BURKE, Justice, concurring.

I concur.

I do, however, wish to point out what I believe to be an important difference between the ordinance in this case and the statute held enforceable in New York State Liquor Authority v.Bellanca, 452 U.S. 714, 101 S.Ct. 2599, 69 L.Ed.2d 357 (1981).

The statute in Bellanca did not attempt to impose criminal penalties on those performing in violation of its terms. It was aimed solely at the licensee[fn1] and could only “cause an establishment to lose its liquor license.” 452 U.S. at 714,101 S.Ct. at 2600, 69 L.Ed.2d at 359. Thus, the penalty for a violation was civil in nature and directly related to the activities of the license holder.

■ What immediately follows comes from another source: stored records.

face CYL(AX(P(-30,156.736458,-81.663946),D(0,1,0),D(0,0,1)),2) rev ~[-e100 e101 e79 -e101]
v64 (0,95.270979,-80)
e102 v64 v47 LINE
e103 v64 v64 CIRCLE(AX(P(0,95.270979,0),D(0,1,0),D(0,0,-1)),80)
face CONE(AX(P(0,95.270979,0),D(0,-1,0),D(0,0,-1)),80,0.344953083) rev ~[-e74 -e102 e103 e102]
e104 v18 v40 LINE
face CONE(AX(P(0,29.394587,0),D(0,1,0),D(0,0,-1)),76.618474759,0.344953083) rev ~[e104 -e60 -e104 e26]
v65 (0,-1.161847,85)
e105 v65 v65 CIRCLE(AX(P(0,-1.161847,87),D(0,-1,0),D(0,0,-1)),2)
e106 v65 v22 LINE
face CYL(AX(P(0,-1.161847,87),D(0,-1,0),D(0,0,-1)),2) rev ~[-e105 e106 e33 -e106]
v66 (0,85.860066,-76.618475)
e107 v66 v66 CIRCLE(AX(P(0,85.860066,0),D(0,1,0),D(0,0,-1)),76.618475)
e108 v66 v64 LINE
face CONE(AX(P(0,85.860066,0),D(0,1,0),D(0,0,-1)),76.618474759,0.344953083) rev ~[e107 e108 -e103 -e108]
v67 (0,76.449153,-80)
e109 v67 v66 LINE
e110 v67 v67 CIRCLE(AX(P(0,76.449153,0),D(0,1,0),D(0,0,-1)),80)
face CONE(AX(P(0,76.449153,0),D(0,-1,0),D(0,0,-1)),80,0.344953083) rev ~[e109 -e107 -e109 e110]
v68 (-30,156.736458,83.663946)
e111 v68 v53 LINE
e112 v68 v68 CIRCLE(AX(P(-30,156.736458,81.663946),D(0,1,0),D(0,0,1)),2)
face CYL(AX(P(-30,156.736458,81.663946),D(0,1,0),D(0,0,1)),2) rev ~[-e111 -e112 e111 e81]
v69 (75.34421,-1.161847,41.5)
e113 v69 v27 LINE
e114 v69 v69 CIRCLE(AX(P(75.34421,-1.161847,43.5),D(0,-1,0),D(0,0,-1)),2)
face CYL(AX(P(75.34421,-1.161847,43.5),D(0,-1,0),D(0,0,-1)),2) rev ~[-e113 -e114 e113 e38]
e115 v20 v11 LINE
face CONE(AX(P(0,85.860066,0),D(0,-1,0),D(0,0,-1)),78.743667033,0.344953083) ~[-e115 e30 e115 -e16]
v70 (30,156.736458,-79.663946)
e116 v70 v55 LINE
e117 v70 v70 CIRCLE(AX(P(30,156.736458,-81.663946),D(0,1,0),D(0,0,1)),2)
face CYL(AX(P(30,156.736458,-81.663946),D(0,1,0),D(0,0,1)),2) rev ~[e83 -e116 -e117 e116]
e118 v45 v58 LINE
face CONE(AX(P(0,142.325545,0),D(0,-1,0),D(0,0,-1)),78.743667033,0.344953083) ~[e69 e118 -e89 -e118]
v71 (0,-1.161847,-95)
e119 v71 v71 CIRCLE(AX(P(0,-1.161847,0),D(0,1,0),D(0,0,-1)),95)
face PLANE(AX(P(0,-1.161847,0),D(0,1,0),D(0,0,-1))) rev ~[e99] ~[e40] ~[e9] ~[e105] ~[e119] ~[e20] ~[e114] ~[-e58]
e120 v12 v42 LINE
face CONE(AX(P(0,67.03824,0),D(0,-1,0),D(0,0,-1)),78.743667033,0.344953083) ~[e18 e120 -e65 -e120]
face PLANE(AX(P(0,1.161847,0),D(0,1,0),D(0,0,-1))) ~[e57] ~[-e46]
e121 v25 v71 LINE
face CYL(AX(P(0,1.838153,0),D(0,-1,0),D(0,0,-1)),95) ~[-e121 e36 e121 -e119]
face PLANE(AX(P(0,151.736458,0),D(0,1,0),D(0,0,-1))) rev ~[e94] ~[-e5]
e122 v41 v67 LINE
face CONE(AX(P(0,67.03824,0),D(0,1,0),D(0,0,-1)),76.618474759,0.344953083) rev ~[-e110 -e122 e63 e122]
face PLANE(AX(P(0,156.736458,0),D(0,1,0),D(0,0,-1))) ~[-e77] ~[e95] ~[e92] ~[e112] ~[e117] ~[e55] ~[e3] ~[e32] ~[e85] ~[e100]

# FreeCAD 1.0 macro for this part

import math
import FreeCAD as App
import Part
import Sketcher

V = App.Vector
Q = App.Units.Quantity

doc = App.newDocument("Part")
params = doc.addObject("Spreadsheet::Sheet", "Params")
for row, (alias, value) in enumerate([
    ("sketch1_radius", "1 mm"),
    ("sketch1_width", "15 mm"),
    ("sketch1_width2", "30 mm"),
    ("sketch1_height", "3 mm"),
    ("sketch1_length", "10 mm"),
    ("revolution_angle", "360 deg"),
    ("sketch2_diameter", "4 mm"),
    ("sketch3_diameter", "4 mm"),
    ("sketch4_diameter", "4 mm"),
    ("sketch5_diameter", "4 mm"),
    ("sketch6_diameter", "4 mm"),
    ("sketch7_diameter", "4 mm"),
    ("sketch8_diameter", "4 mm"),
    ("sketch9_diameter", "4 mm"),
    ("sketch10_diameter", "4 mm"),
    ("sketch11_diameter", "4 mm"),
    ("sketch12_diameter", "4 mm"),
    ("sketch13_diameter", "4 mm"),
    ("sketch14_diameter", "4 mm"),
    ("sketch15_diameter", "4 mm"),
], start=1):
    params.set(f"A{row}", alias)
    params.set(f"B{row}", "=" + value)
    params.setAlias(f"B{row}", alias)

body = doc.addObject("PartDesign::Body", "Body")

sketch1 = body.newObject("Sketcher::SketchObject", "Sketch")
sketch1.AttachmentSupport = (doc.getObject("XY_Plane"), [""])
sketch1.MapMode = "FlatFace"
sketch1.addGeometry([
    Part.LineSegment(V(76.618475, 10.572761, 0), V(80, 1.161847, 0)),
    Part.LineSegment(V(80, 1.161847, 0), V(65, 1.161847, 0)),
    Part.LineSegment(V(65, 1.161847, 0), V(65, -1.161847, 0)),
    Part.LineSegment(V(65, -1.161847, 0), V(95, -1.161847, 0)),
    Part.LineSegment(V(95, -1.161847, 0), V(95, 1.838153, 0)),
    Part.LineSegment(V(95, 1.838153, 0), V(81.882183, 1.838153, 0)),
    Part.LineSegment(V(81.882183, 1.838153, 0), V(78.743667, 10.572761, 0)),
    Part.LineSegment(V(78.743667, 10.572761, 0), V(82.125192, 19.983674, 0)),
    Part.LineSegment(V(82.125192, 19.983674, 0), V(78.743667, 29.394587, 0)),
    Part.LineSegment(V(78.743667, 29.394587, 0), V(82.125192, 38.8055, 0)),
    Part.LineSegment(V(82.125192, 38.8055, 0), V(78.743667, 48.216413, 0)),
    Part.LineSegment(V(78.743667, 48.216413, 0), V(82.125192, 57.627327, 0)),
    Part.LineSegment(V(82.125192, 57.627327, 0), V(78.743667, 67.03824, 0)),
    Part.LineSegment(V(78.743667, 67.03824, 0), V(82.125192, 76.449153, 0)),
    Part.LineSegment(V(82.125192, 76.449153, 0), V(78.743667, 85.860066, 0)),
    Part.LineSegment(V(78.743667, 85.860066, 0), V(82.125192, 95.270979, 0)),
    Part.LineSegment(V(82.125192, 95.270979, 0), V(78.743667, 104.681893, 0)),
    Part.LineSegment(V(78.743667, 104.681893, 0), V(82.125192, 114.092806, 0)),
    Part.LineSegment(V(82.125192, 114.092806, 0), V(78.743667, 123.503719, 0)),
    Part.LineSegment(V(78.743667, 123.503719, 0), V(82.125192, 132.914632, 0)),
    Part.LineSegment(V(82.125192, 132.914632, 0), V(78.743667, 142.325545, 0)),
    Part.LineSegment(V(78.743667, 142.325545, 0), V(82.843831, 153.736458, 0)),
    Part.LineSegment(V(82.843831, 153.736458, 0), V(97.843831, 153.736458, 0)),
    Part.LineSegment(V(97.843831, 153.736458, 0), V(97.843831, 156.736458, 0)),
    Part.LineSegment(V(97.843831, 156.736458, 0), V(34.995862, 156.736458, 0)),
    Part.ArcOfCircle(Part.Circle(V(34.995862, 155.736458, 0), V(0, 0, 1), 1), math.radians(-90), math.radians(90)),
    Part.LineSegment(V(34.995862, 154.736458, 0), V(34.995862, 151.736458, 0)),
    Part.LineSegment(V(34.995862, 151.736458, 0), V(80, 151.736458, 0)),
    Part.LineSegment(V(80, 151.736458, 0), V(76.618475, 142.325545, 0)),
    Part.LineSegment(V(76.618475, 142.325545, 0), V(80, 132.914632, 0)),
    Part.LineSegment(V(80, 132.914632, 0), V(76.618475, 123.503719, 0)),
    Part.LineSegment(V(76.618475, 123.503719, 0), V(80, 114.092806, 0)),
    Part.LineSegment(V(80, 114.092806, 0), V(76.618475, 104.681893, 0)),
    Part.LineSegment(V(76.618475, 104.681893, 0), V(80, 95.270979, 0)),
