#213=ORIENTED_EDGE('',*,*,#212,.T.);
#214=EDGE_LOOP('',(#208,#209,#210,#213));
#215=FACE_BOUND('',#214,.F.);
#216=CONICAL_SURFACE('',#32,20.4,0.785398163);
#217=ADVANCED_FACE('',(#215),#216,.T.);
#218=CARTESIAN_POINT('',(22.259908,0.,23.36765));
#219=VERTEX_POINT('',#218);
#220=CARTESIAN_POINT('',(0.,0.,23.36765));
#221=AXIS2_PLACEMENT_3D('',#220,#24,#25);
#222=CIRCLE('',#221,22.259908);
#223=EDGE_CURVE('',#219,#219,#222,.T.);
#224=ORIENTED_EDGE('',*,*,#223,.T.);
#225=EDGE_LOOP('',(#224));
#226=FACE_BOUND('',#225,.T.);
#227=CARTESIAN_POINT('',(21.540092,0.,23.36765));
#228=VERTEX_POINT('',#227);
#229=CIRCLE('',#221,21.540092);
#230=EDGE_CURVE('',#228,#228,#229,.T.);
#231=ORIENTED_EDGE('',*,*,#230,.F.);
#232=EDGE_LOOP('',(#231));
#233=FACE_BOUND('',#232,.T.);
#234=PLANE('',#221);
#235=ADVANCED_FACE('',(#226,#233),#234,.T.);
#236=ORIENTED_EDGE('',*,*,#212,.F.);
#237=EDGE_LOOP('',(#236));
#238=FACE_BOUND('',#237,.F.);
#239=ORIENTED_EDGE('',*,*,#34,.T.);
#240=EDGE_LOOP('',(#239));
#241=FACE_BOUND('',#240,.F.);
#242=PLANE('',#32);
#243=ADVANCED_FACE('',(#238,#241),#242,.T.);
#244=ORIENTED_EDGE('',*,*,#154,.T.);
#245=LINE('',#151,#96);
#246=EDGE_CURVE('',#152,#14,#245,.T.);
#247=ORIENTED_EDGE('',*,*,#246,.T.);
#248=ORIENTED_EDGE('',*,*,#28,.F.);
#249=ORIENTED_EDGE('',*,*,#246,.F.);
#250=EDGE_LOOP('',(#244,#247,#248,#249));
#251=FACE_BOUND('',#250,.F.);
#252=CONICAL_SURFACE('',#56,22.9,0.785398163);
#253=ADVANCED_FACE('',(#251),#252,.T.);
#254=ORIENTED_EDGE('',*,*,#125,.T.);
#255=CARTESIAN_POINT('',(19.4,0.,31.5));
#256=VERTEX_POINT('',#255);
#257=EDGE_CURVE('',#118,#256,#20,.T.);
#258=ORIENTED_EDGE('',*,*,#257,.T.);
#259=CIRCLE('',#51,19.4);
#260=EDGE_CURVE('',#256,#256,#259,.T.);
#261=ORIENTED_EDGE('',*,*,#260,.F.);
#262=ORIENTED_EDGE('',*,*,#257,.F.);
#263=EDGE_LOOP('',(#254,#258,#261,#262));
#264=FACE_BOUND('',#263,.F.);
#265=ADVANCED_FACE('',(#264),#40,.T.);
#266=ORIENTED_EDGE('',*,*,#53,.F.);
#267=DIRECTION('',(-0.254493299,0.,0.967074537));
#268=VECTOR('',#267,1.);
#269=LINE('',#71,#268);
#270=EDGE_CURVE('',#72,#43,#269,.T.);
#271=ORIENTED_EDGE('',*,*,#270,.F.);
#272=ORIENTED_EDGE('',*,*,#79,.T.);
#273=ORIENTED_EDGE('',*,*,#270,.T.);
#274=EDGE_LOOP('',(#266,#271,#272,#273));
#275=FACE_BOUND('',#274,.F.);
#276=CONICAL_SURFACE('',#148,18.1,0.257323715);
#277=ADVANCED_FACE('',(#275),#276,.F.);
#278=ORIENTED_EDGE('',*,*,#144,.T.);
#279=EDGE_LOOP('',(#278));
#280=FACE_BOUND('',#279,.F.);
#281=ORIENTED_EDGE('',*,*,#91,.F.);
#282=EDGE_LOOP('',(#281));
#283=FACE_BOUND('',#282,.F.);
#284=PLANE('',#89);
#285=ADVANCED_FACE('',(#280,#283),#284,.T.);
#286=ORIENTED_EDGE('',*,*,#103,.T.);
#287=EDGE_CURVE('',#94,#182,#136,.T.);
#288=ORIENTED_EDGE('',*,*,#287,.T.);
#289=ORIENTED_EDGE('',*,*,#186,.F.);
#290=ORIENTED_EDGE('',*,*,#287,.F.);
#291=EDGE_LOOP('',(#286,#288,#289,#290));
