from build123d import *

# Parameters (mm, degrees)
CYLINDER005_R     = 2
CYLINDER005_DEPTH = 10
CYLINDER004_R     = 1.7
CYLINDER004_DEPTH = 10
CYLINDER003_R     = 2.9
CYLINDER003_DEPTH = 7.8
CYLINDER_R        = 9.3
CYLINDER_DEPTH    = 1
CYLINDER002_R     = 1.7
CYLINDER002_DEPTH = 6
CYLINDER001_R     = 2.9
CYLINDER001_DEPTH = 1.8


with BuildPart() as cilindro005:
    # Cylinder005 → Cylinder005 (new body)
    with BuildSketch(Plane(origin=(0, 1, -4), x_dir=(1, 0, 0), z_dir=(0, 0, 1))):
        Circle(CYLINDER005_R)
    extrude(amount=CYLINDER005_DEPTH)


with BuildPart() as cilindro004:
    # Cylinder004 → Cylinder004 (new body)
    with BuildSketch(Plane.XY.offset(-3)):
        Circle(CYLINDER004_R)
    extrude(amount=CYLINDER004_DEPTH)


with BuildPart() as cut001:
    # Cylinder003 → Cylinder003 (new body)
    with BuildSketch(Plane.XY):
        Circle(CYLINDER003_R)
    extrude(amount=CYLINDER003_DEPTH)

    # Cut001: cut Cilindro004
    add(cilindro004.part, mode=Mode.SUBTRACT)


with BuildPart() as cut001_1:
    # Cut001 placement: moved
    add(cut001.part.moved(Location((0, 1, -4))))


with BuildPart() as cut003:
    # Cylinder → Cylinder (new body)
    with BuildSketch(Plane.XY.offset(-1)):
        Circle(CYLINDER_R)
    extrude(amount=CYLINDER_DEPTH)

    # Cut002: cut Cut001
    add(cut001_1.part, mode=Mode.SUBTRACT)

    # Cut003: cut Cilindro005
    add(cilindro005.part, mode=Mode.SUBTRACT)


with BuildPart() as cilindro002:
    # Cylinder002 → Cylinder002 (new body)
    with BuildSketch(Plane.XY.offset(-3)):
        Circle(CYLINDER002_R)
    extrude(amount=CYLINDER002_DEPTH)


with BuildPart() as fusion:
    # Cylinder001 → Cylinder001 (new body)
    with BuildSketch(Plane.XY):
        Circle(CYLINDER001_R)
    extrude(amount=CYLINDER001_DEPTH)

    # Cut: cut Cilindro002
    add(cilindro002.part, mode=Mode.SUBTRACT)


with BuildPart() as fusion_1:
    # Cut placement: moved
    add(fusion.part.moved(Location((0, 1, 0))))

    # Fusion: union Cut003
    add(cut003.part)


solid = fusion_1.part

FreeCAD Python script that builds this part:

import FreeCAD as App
import Part
import Sketcher

V = App.Vector

doc = App.newDocument("Part")
body = doc.addObject("PartDesign::Body", "Body")

# Sketch on XY plane
sketch1 = body.newObject("Sketcher::SketchObject", "Sketch")
sketch1.AttachmentSupport = (doc.getObject("XY_Plane"), [""])
sketch1.MapMode = "FlatFace"
sketch1.AttachmentOffset = App.Placement(V(0, 0, -4), App.Rotation())
sketch1.addGeometry(Part.Circle(V(0, 1, 0), V(0, 0, 1), 2), False)
sketch1.addConstraint([
    Sketcher.Constraint("PointOnObject", 0, 3, -2),
    Sketcher.Constraint("Diameter", 0, 4.0),
    Sketcher.Constraint("DistanceY", -1, 1, 0, 3, 1.0),
])
pad1 = body.newObject("PartDesign::Pad", "Pad")
pad1.Profile = sketch1
pad1.Length = 10
body2 = doc.addObject("PartDesign::Body", "Body001")

# Sketch on XY plane
sketch2 = body2.newObject("Sketcher::SketchObject", "Sketch001")
sketch2.AttachmentSupport = (doc.getObject("XY_Plane001"), [""])
sketch2.MapMode = "FlatFace"
sketch2.AttachmentOffset = App.Placement(V(0, 0, -3), App.Rotation())
sketch2.addGeometry(Part.Circle(V(0, 0, 0), V(0, 0, 1), 1.7), False)
sketch2.addConstraint([
    Sketcher.Constraint("Coincident", 0, 3, -1, 1),
    Sketcher.Constraint("Diameter", 0, 3.4),
])
pad2 = body2.newObject("PartDesign::Pad", "Pad001")
pad2.Profile = sketch2
pad2.Length = 10
body3 = doc.addObject("PartDesign::Body", "Body002")

# Sketch on XY plane
sketch3 = body3.newObject("Sketcher::SketchObject", "Sketch002")
sketch3.AttachmentSupport = (doc.getObject("XY_Plane002"), [""])
sketch3.MapMode = "FlatFace"
sketch3.addGeometry(Part.Circle(V(0, 0, 0), V(0, 0, 1), 2.9), False)
sketch3.addConstraint([
    Sketcher.Constraint("Coincident", 0, 3, -1, 1),
    Sketcher.Constraint("Diameter", 0, 5.8),
])
pad3 = body3.newObject("PartDesign::Pad", "Pad002")
pad3.Profile = sketch3
pad3.Length = 7.8
doc.recompute()

boolean = body3.newObject("PartDesign::Boolean", "Boolean")
boolean.Type = "Cut"
boolean.addObjects([body2])
body4 = doc.addObject("PartDesign::Body", "Body003")
doc.recompute()

body3.Placement = App.Placement(V(0, 1, -4), App.Rotation(V(0, 0, 1), 0))
boolean2 = body4.newObject("PartDesign::Boolean", "Boolean001")
boolean2.Type = "Fuse"
boolean2.addObjects([body3])
body5 = doc.addObject("PartDesign::Body", "Body004")
body5.AllowCompound = True

# Sketch on XY plane
sketch4 = body5.newObject("Sketcher::SketchObject", "Sketch003")
sketch4.AttachmentSupport = (doc.getObject("XY_Plane004"), [""])
sketch4.MapMode = "FlatFace"
sketch4.AttachmentOffset = App.Placement(V(0, 0, -1), App.Rotation())
sketch4.addGeometry(Part.Circle(V(0, 0, 0), V(0, 0, 1), 9), False)
sketch4.addConstraint([
    Sketcher.Constraint("Coincident", 0, 3, -1, 1),
    Sketcher.Constraint("Diameter", 0, 18.6),
])
pad4 = body5.newObject("PartDesign::Pad", "Pad003")
pad4.Profile = sketch4
pad4.Length = 1
doc.recompute()

boolean3 = body5.newObject("PartDesign::Boolean", "Boolean002")
boolean3.Type = "Cut"
boolean3.addObjects([body4])
doc.recompute()

boolean4 = body5.newObject("PartDesign::Boolean", "Boolean003")
boolean4.Type = "Cut"
boolean4.addObjects([body])
body6 = doc.addObject("PartDesign::Body", "Body005")

# Sketch on XY plane
sketch5 = body6.newObject("Sketcher::SketchObject", "Sketch004")
sketch5.AttachmentSupport = (doc.getObject("XY_Plane005"), [""])
sketch5.MapMode = "FlatFace"
sketch5.AttachmentOffset = App.Placement(V(0, 0, -3), App.Rotation())
sketch5.addGeometry(Part.Circle(V(0, 0, 0), V(0, 0, 1), 1.7), False)
sketch5.addConstraint([
    Sketcher.Constraint("Coincident", 0, 3, -1, 1),
    Sketcher.Constraint("Diameter", 0, 3.4),
])
pad5 = body6.newObject("PartDesign::Pad", "Pad004")
pad5.Profile = sketch5
pad5.Length = 6
body7 = doc.addObject("PartDesign::Body", "Body006")

# Sketch on XY plane
sketch6 = body7.newObject("Sketcher::SketchObject", "Sketch005")
sketch6.AttachmentSupport = (doc.getObject("XY_Plane006"), [""])
sketch6.MapMode = "FlatFace"
sketch6.addGeometry(Part.Circle(V(0, 0, 0), V(0, 0, 1), 2.9), False)
sketch6.addConstraint([
    Sketcher.Constraint("Coincident", 0, 3, -1, 1),
    Sketcher.Constraint("Diameter", 0, 5.8),
])
pad6 = body7.newObject("PartDesign::Pad", "Pad005")
pad6.Profile = sketch6
pad6.Length = 1.8
doc.recompute()

boolean5 = body7.newObject("PartDesign::Boolean", "Boolean004")
boolean5.Type = "Cut"
boolean5.addObjects([body6])
body8 = doc.addObject("PartDesign::Body", "Body007")
body8.AllowCompound = True
doc.recompute()

body7.Placement = App.Placement(V(0, 1, 0), App.Rotation(V(0, 0, 1), 0))
boolean6 = body8.newObject("PartDesign::Boolean", "Boolean005")
boolean6.Type = "Fuse"
boolean6.addObjects([body7])
doc.recompute()

boolean7 = body8.newObject("PartDesign::Boolean", "Boolean006")
boolean7.Type = "Fuse"
boolean7.addObjects([body5])

doc.recompute()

[fn1] The statute provided:

No retail licensee for on premises consumption shall suffer or permit any person to appear on licensed premises in such manner or attire as to expose to view any portion of the pubic area, anus, vulva, or genitals, or any simulation thereof, nor shall suffer or permit any female to appear on licensed premises in such manner or attire as to expose to view any portion of the breast below the top of the areola, or any simulation thereof.